October
24, Monday, 7:30PM,
2005
Big
Balagan: Robert Todd's premiere
"In Loving Memory"
@ Moviehouse II (250 seats)
Balagan
is excited to host Robert Todd's premiere "In
Loving Memory".
This
intimate series of portraits offers a window,
through their words only, into the inner lives
of men and women living in maximum-security
penitentiaries across the United States, most
of whom are incarcerated on Death Row.
As
the title suggests, “In Loving Memory”
is a film about the connection between the common
ground we share through our mutual mortality
and the responsibility we accept as an enlightened
society in respecting the sovereignty of life
and honoring its dynamic power, its ability
to evolve, and its status as sacred.
It
has been said that a nation’s true character
may be judged by how it treats its weakest citizens.

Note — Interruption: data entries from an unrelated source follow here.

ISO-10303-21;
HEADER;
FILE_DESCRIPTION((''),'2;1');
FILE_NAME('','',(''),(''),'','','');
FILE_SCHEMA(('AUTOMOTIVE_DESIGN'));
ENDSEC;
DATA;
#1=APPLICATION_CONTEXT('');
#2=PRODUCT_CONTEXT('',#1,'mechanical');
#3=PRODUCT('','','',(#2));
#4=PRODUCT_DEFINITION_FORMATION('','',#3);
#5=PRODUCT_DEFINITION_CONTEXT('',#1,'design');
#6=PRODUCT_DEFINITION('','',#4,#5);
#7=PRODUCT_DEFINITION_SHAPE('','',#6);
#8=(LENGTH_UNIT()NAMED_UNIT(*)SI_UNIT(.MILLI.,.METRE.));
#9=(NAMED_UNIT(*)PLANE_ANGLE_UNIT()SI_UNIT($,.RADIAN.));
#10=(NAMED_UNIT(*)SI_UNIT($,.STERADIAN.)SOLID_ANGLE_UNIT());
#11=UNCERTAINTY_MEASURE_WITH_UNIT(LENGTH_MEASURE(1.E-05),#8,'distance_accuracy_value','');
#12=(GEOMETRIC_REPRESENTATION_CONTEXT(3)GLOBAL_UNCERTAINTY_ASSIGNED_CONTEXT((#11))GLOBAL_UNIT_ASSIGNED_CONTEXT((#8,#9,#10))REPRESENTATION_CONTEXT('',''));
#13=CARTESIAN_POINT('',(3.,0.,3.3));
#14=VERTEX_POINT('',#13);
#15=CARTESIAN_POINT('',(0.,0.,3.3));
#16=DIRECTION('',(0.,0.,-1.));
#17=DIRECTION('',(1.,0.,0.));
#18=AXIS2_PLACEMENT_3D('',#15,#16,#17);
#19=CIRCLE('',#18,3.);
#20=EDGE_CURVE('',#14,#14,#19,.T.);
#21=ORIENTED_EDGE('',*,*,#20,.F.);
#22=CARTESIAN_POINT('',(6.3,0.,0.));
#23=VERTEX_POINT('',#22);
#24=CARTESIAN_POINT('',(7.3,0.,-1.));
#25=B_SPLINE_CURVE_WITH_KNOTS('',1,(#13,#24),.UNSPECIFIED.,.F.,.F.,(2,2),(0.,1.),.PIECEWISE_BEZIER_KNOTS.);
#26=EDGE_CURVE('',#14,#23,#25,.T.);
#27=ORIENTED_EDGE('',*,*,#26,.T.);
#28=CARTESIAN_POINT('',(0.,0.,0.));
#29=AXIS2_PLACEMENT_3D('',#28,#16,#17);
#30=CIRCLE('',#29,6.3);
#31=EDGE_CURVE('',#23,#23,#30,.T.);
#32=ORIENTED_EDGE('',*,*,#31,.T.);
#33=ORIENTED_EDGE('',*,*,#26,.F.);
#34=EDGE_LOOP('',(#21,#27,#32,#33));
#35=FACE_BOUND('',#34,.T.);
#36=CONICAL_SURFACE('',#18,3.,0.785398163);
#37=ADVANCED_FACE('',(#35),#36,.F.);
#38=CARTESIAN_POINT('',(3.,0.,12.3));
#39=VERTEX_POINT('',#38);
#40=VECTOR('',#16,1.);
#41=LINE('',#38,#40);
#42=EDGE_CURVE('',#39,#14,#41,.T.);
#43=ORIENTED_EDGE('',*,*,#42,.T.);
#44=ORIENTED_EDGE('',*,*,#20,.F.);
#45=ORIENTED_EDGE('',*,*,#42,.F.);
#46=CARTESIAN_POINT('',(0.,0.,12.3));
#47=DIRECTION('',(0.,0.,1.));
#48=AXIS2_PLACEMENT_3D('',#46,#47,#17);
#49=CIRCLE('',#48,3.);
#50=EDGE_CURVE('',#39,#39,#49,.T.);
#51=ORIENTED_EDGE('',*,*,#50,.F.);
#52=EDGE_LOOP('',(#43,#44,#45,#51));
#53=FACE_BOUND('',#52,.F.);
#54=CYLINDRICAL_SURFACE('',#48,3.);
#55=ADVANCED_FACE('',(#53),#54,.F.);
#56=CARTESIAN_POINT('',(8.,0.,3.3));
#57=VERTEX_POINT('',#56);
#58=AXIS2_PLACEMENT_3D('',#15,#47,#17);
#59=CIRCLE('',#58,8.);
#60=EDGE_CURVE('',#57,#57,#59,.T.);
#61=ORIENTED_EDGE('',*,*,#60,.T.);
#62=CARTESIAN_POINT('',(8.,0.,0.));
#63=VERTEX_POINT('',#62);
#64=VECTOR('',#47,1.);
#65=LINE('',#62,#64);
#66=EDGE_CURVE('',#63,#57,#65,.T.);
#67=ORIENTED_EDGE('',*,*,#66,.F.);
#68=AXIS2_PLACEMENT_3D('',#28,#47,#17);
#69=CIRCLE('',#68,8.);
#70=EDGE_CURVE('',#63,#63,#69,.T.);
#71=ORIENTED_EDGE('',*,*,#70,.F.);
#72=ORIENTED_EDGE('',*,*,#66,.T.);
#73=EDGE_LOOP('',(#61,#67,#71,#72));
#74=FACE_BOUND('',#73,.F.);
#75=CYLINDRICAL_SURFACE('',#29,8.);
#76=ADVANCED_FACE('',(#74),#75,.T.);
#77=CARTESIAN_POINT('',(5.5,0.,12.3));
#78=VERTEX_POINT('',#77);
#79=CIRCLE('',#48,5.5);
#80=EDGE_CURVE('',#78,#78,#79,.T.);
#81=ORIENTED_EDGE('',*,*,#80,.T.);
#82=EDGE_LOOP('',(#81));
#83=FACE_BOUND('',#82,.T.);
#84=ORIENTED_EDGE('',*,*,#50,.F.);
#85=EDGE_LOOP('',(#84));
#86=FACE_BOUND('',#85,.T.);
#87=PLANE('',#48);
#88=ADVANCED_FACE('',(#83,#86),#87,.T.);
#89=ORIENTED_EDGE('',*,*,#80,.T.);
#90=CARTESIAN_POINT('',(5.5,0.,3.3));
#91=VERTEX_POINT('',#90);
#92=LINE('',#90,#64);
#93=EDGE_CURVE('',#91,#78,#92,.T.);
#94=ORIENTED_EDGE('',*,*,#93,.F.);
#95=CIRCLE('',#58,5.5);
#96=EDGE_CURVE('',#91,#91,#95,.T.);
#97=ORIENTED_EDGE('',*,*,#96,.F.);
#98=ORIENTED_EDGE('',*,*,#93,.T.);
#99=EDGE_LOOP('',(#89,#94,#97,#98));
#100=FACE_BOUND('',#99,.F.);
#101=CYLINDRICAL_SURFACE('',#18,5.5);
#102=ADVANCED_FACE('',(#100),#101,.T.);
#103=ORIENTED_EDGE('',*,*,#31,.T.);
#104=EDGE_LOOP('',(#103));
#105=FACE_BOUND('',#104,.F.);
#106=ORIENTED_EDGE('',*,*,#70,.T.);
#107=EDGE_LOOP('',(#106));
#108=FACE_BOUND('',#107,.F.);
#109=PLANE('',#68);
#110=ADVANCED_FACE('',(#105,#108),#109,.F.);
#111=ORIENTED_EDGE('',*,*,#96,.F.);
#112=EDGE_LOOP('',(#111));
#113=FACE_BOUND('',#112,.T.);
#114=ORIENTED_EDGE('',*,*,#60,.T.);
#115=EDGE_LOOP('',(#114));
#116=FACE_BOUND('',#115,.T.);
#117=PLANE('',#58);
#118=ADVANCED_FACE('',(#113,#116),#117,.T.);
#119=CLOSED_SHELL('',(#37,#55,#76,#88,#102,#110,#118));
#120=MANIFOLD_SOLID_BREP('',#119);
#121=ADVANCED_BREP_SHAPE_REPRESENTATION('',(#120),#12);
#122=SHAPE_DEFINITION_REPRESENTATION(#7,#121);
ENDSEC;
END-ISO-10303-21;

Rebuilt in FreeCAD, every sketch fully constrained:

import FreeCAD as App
import Part
import Sketcher

V = App.Vector
Q = App.Units.Quantity

doc = App.newDocument("Part")
params = doc.addObject("Spreadsheet::Sheet", "Params")
for row, (alias, value) in enumerate([
    ("sketch1_diameter", "16 mm"),
    ("pad1_length", "3.3 mm"),
    ("sketch2_diameter", "11 mm"),
    ("pad2_length", "9 mm"),
    ("sketch3_diameter", "6 mm"),
    ("pocket1_taper", "45 deg"),
    ("sketch4_diameter", "6 mm"),
], start=1):
    params.set(f"A{row}", alias)
    params.set(f"B{row}", "=" + value)
    params.setAlias(f"B{row}", alias)

body = doc.addObject("PartDesign::Body", "Body")

# Sketch on XY plane
sketch1 = doc.addObject("Sketcher::SketchObject", "Sketch")
body.addObject(sketch1)
sketch1.AttachmentSupport = (doc.XY_Plane, [""])
sketch1.MapMode = "FlatFace"
sketch1.addGeometry(Part.Circle(V(0, 0, 0), V(0, 0, 1), 8), False)
sketch1.addConstraint(Sketcher.Constraint("Coincident", 0, 3, -1, 1))
sketch1.addConstraint(Sketcher.Constraint("Diameter", 0, Q("16 mm")))
sketch1.setExpression("Constraints[1]", "Params.sketch1_diameter")
pad1 = doc.addObject("PartDesign::Pad", "Pad")
body.addObject(pad1)
pad1.Profile = sketch1
pad1.setExpression("Length", "Params.pad1_length")

# Sketch on XY plane
sketch2 = doc.addObject("Sketcher::SketchObject", "Sketch001")
body.addObject(sketch2)
sketch2.AttachmentSupport = (doc.XY_Plane, [""])
sketch2.MapMode = "FlatFace"
sketch2.AttachmentOffset = App.Placement(V(0, 0, 3.3), App.Rotation())
sketch2.addGeometry(Part.Circle(V(0, 0, 0), V(0, 0, 1), 6), False)
sketch2.addConstraint(Sketcher.Constraint("Coincident", 0, 3, -1, 1))
sketch2.addConstraint(Sketcher.Constraint("Diameter", 0, Q("11 mm")))
sketch2.setExpression("Constraints[1]", "Params.sketch2_diameter")
pad2 = doc.addObject("PartDesign::Pad", "Pad001")
body.addObject(pad2)
pad2.Profile = sketch2
pad2.setExpression("Length", "Params.pad2_length")

# Sketch on XY plane
sketch3 = doc.addObject("Sketcher::SketchObject", "Sketch002")
body.addObject(sketch3)
sketch3.AttachmentSupport = (doc.XY_Plane, [""])
sketch3.MapMode = "FlatFace"
sketch3.AttachmentOffset = App.Placement(V(0, 0, 3.3), App.Rotation())
sketch3.addGeometry(Part.Circle(V(0, 0, 0), V(0, 0, 1), 3), False)
sketch3.addConstraint(Sketcher.Constraint("Coincident", 0, 3, -1, 1))
sketch3.addConstraint(Sketcher.Constraint("Diameter", 0, Q("6 mm")))
sketch3.setExpression("Constraints[1]", "Params.sketch3_diameter")
pocket1 = doc.addObject("PartDesign::Pocket", "Pocket")
body.addObject(pocket1)
pocket1.Profile = sketch3
pocket1.Type = "ThroughAll"
pocket1.setExpression("TaperAngle", "Params.pocket1_taper")

# Sketch on XY plane
sketch4 = doc.addObject("Sketcher::SketchObject", "Sketch003")
body.addObject(sketch4)
sketch4.AttachmentSupport = (doc.XY_Plane, [""])
sketch4.MapMode = "FlatFace"
sketch4.AttachmentOffset = App.Placement(V(0, 0, 12.3), App.Rotation())
sketch4.addGeometry(Part.Circle(V(0, 0, 0), V(0, 0, 1), 3), False)
sketch4.addConstraint(Sketcher.Constraint("Coincident", 0, 3, -1, 1))
sketch4.addConstraint(Sketcher.Constraint("Diameter", 0, Q("6 mm")))
sketch4.setExpression("Constraints[1]", "Params.sketch4_diameter")
pocket2 = doc.addObject("PartDesign::Pocket", "Pocket001")
body.addObject(pocket2)
pocket2.Profile = sketch4
pocket2.Type = "ThroughAll"

doc.recompute()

The United States of America has claimed itself
leader of the civilized world, but its notion
of its own citizenry is ill defined. This nation’s
Constitution and its Declaration of Independence
are Enlightenment-inspired documents that have
done much to institutionalize notions such as
the sovereignty of the individual, and of the
State as a construct of its constituent individuals
as rational agents.
Criminality has always been a test of limits
of that sovereignty as well as the State’s
obligations to its individual citizens, and
therefore a hard case (in general) for democracy.

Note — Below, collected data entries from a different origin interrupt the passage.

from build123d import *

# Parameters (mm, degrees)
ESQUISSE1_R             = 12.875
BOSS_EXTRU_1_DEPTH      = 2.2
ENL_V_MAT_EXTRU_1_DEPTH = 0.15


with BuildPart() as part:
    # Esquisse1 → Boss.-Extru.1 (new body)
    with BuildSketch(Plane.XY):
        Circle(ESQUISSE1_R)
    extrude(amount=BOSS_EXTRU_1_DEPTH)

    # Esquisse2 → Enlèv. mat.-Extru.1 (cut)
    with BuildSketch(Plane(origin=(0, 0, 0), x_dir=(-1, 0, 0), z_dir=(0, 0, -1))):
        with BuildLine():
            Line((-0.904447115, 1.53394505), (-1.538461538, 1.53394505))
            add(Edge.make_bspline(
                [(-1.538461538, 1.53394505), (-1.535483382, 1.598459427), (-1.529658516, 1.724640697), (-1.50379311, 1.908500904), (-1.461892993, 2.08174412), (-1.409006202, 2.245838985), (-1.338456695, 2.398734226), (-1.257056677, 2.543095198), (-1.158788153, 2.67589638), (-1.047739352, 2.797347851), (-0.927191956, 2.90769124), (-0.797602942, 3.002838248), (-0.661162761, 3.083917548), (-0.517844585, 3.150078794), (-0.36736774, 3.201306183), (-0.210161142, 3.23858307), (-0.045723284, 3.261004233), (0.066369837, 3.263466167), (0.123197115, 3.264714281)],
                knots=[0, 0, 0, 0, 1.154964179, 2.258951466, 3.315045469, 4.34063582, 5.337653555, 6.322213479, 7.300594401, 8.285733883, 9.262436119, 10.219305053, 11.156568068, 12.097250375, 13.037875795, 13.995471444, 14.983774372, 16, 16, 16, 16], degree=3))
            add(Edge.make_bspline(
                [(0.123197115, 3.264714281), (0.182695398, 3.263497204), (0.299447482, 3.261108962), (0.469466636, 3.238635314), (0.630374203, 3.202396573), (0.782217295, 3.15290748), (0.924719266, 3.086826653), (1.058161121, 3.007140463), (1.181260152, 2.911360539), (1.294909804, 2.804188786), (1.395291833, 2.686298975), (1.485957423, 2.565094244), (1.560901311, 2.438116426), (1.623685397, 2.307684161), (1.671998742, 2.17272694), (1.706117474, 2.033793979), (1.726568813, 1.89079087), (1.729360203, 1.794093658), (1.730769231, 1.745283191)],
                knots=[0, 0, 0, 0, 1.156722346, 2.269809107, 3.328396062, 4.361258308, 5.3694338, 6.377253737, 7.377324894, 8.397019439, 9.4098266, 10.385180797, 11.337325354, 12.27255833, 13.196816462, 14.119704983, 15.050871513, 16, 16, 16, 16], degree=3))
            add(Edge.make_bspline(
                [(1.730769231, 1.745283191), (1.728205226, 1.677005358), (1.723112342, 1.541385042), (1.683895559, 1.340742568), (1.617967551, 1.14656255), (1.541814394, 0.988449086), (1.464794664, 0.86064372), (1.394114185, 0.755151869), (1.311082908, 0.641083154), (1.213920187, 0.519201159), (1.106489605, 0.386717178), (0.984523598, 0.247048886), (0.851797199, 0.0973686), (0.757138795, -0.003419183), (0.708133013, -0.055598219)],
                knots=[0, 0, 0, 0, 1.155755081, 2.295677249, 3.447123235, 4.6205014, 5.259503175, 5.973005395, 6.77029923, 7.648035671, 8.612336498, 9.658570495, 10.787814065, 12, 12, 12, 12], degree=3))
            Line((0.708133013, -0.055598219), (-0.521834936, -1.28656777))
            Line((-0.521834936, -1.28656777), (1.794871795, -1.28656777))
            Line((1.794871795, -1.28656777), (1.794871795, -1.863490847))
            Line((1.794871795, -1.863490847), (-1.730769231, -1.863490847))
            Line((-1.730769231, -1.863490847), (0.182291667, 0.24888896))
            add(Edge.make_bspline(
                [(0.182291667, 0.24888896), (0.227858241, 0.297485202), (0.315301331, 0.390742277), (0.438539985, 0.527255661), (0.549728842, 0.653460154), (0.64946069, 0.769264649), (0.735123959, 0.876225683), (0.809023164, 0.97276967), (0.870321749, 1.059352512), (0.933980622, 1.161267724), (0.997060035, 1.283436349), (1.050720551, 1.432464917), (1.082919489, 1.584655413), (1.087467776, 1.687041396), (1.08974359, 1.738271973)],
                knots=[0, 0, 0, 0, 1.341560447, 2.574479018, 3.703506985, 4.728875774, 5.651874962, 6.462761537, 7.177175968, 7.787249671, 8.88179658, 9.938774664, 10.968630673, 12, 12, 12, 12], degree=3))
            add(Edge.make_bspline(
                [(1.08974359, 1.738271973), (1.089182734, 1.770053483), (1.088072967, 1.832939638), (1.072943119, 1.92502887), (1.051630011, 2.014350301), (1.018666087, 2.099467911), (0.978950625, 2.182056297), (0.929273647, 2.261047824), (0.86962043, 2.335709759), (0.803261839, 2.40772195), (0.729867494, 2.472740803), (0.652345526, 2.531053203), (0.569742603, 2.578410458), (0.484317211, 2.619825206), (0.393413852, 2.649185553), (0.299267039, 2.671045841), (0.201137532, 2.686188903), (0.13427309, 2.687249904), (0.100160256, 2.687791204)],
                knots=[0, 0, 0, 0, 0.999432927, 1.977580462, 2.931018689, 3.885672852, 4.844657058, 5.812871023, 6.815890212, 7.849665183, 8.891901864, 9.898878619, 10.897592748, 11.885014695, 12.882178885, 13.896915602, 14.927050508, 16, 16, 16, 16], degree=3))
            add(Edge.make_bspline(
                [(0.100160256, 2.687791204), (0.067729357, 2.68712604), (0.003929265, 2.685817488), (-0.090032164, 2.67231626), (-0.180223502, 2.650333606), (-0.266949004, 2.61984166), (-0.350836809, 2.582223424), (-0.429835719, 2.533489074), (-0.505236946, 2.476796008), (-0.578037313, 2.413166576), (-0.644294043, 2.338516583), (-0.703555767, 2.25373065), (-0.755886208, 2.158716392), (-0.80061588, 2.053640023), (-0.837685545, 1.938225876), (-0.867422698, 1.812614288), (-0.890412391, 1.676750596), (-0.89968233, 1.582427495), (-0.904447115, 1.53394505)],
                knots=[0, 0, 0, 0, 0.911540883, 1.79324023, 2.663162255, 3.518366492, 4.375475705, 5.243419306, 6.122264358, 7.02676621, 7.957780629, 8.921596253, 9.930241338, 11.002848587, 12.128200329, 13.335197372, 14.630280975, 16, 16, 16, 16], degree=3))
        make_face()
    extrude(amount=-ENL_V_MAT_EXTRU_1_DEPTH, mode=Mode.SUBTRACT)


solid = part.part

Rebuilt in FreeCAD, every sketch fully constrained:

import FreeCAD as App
import Part
import Sketcher
Q = App.Units.Quantity

doc = App.newDocument("Part")
params = doc.addObject("Spreadsheet::Sheet", "Params")
for row, (alias, value) in enumerate([
    ("sketch1_diameter", "25.75 mm"),
    ("pad1_length", "2.2 mm"),
    ("pocket1_length", "0.15 mm"),
], start=1):
    params.set(f"A{row}", alias)
    params.set(f"B{row}", "=" + value)
    params.setAlias(f"B{row}", alias)

body = doc.addObject("PartDesign::Body", "Body")

sketch1 = doc.addObject("Sketcher::SketchObject", "Sketch")
body.addObject(sketch1)
sketch1.AttachmentSupport = (doc.XY_Plane, [""])
sketch1.MapMode = "FlatFace"
sketch1.addGeometry(Part.Circle(App.Vector(0, 0, 0), App.Vector(0, 0, 1), 13), False)
sketch1.addConstraint(Sketcher.Constraint("Coincident", 0, 3, -1, 1))
sketch1.addConstraint(Sketcher.Constraint("Diameter", 0, Q("25.75 mm")))
sketch1.setExpression("Constraints[1]", "Params.sketch1_diameter")
pad1 = doc.addObject("PartDesign::Pad", "Pad")
body.addObject(pad1)
pad1.Profile = sketch1
pad1.setExpression("Length", "Params.pad1_length")

sketch2 = doc.addObject("Sketcher::SketchObject", "Sketch001")
body.addObject(sketch2)
sketch2.AttachmentSupport = (doc.XY_Plane, [""])
sketch2.MapMode = "FlatFace"
sketch2.addGeometry(Part.LineSegment(App.Vector(1.538462, 1.533945, 0), App.Vector(0.904447, 1.533945, 0)), False)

Our ideas about the rights of criminal offenders
are magnified when it comes to the subject of
the Death Penalty. Proponents of capital punishment
typically consider convicted offenders charged
with capital crimes to have thereby lost their
status as citizens, and further, as irredeemable
transgressors of the fundamental law of the
land, to be subject to the harshest possible
retributive action: execution. Opponents tend
to think of these same offenders as retaining
their claims to membership in the community
of humanity, and that execution is a form of
murder of a fellow creature (citizen or no).
These two
positions reflect philosophical divisions concerning
the idea of civilized behavior and governance.

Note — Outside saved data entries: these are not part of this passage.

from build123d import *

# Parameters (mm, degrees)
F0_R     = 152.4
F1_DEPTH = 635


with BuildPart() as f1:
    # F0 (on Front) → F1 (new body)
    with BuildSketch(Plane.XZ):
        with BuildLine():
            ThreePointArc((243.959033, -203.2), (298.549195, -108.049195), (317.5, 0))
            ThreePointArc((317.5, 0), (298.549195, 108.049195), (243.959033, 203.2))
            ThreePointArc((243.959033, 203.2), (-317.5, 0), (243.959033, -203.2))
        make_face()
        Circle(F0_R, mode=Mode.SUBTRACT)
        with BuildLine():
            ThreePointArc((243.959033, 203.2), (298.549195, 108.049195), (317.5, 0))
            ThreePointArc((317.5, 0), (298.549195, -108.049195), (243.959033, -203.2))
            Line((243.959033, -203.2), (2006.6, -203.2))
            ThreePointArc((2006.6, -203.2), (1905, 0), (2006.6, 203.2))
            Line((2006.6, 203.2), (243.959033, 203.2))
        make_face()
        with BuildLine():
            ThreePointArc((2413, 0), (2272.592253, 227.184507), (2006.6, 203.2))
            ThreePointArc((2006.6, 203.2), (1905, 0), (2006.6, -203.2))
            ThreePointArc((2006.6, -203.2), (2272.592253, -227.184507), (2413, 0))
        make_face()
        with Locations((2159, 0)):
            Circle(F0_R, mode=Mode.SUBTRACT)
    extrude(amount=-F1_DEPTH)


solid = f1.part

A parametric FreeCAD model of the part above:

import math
import FreeCAD as App
import Part
import Sketcher
from FreeCAD import Vector
Q = App.Units.Quantity

doc = App.newDocument("Part")
body = doc.addObject("PartDesign::Body", "Body")

sketch1 = doc.addObject("Sketcher::SketchObject", "Sketch")
body.addObject(sketch1)
sketch1.AttachmentSupport = (doc.XZ_Plane, [""])
sketch1.MapMode = "FlatFace"
sketch1.addGeometry(Part.ArcOfCircle(Part.Circle(Vector(0, 0, 0), Vector(0, 0, 1), 317), math.radians(40), math.radians(320)), False)
sketch1.addGeometry(Part.LineSegment(Vector(244, -203, 0), Vector(2007, -203, 0)), False)
sketch1.addGeometry(Part.ArcOfCircle(Part.Circle(Vector(2159, 0, 0), Vector(0, 0, 1), 254), math.radians(-127), math.radians(0)), False)
sketch1.addGeometry(Part.ArcOfCircle(Part.Circle(Vector(2159, 0, 0), Vector(0, 0, 1), 254), math.radians(0), math.radians(127)), False)
sketch1.addGeometry(Part.LineSegment(Vector(2007, 203, 0), Vector(244, 203, 0)), False)
sketch1.addGeometry(Part.Circle(Vector(0, 0, 0), Vector(0, 0, 1), 152), False)
sketch1.addGeometry(Part.Circle(Vector(2159, 0, 0), Vector(0, 0, 1), 152), False)
sketch1.addConstraint(Sketcher.Constraint("Coincident", 0, 2, 1, 1))
sketch1.addConstraint(Sketcher.Constraint("Coincident", 1, 2, 2, 1))
sketch1.addConstraint(Sketcher.Constraint("Tangent", 2, 2, 3, 1))
sketch1.addConstraint(Sketcher.Constraint("Coincident", 3, 2, 4, 1))
sketch1.addConstraint(Sketcher.Constraint("Coincident", 4, 2, 0, 1))
sketch1.addConstraint(Sketcher.Constraint("Horizontal", 1))
sketch1.addConstraint(Sketcher.Constraint("Horizontal", 4))
sketch1.addConstraint(Sketcher.Constraint("Coincident", 0, 3, -1, 1))
sketch1.addConstraint(Sketcher.Constraint("Coincident", 5, 3, -1, 1))
sketch1.addConstraint(Sketcher.Constraint("Coincident", 6, 3, 2, 3))
sketch1.addConstraint(Sketcher.Constraint("Equal", 2, 3))
sketch1.addConstraint(Sketcher.Constraint("Equal", 5, 6))
sketch1.addConstraint(Sketcher.Constraint("Symmetric", 1, 2, 3, 2, -1))
sketch1.addConstraint(Sketcher.Constraint("PointOnObject", 2, 2, -1))
sketch1.addConstraint(Sketcher.Constraint("Diameter", 5, Q("12 in")))
sketch1.addConstraint(Sketcher.Constraint("Radius", 2, Q("10 in")))
sketch1.addConstraint(Sketcher.Constraint("Radius", 0, Q("12.5 in")))
sketch1.addConstraint(Sketcher.Constraint("DistanceX", -1, 1, 2, 3, Q("85 in")))
sketch1.addConstraint(Sketcher.Constraint("DistanceX", -1, 1, 1, 2, Q("79 in")))
pad1 = doc.addObject("PartDesign::Pad", "Pad")
body.addObject(pad1)
pad1.Profile = sketch1
pad1.Length = Q("25 in")
pad1.Reversed = True

doc.recompute()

My feeling is that the first side’s demonizing
of one who has been convicted of a criminal act
not only assumes infallibility in the justice
system, but also allows the State more power than
it should be entitled to. If the avowed democratic
state is able to apply violence to this population
of citizens as it sees fit, then we must assume
that WE include all of us. Protection in a democracy
cannot be, philosophically, the right of a segment
of the society, it must be considered for all
of its members, including criminals, victims,
observers, etc.
My intention in making this film is that viewers
might gain a stronger identification with the
incarcerated population as citizens. I am working
pointedly against ideas that seem to remain prevalent
of criminals as those who have forfeit their humanity
and as such are properly subject to barbaric conditions.
Put
another way, this film seeks to reinforce notions
of a shared humanity among the citizens of this
nation. My strategy is to have the initial stages
of the film seem like a presentation of happy
or positive memories of people who are facing
death in some way, leaving the fact that the text
is driven by death row inmates’ responses
to questions I’ve posed read by people who
seem like average citizens. The status of the
interviewees is gradually revealed as information
regarding incarceration infiltrates the dialogues,
and their thoughts and environments move from
the romantic to the harsher and darker world that
prisoners now face.
The
film’s focus rests on the internal lives
of the characters presented, constructed in
an unorthodox, experimental narrative form.
It is a film which seems initially to be a safe
and rather clear portrait of folks' fond memories,
but raises increasingly difficult questions
as the nature of the participants and their
relationship to each other becomes more complex,
and as the supporting imagery moves from fantastic
representations of mnemonic states to clear
metaphors for the prisoners' positions.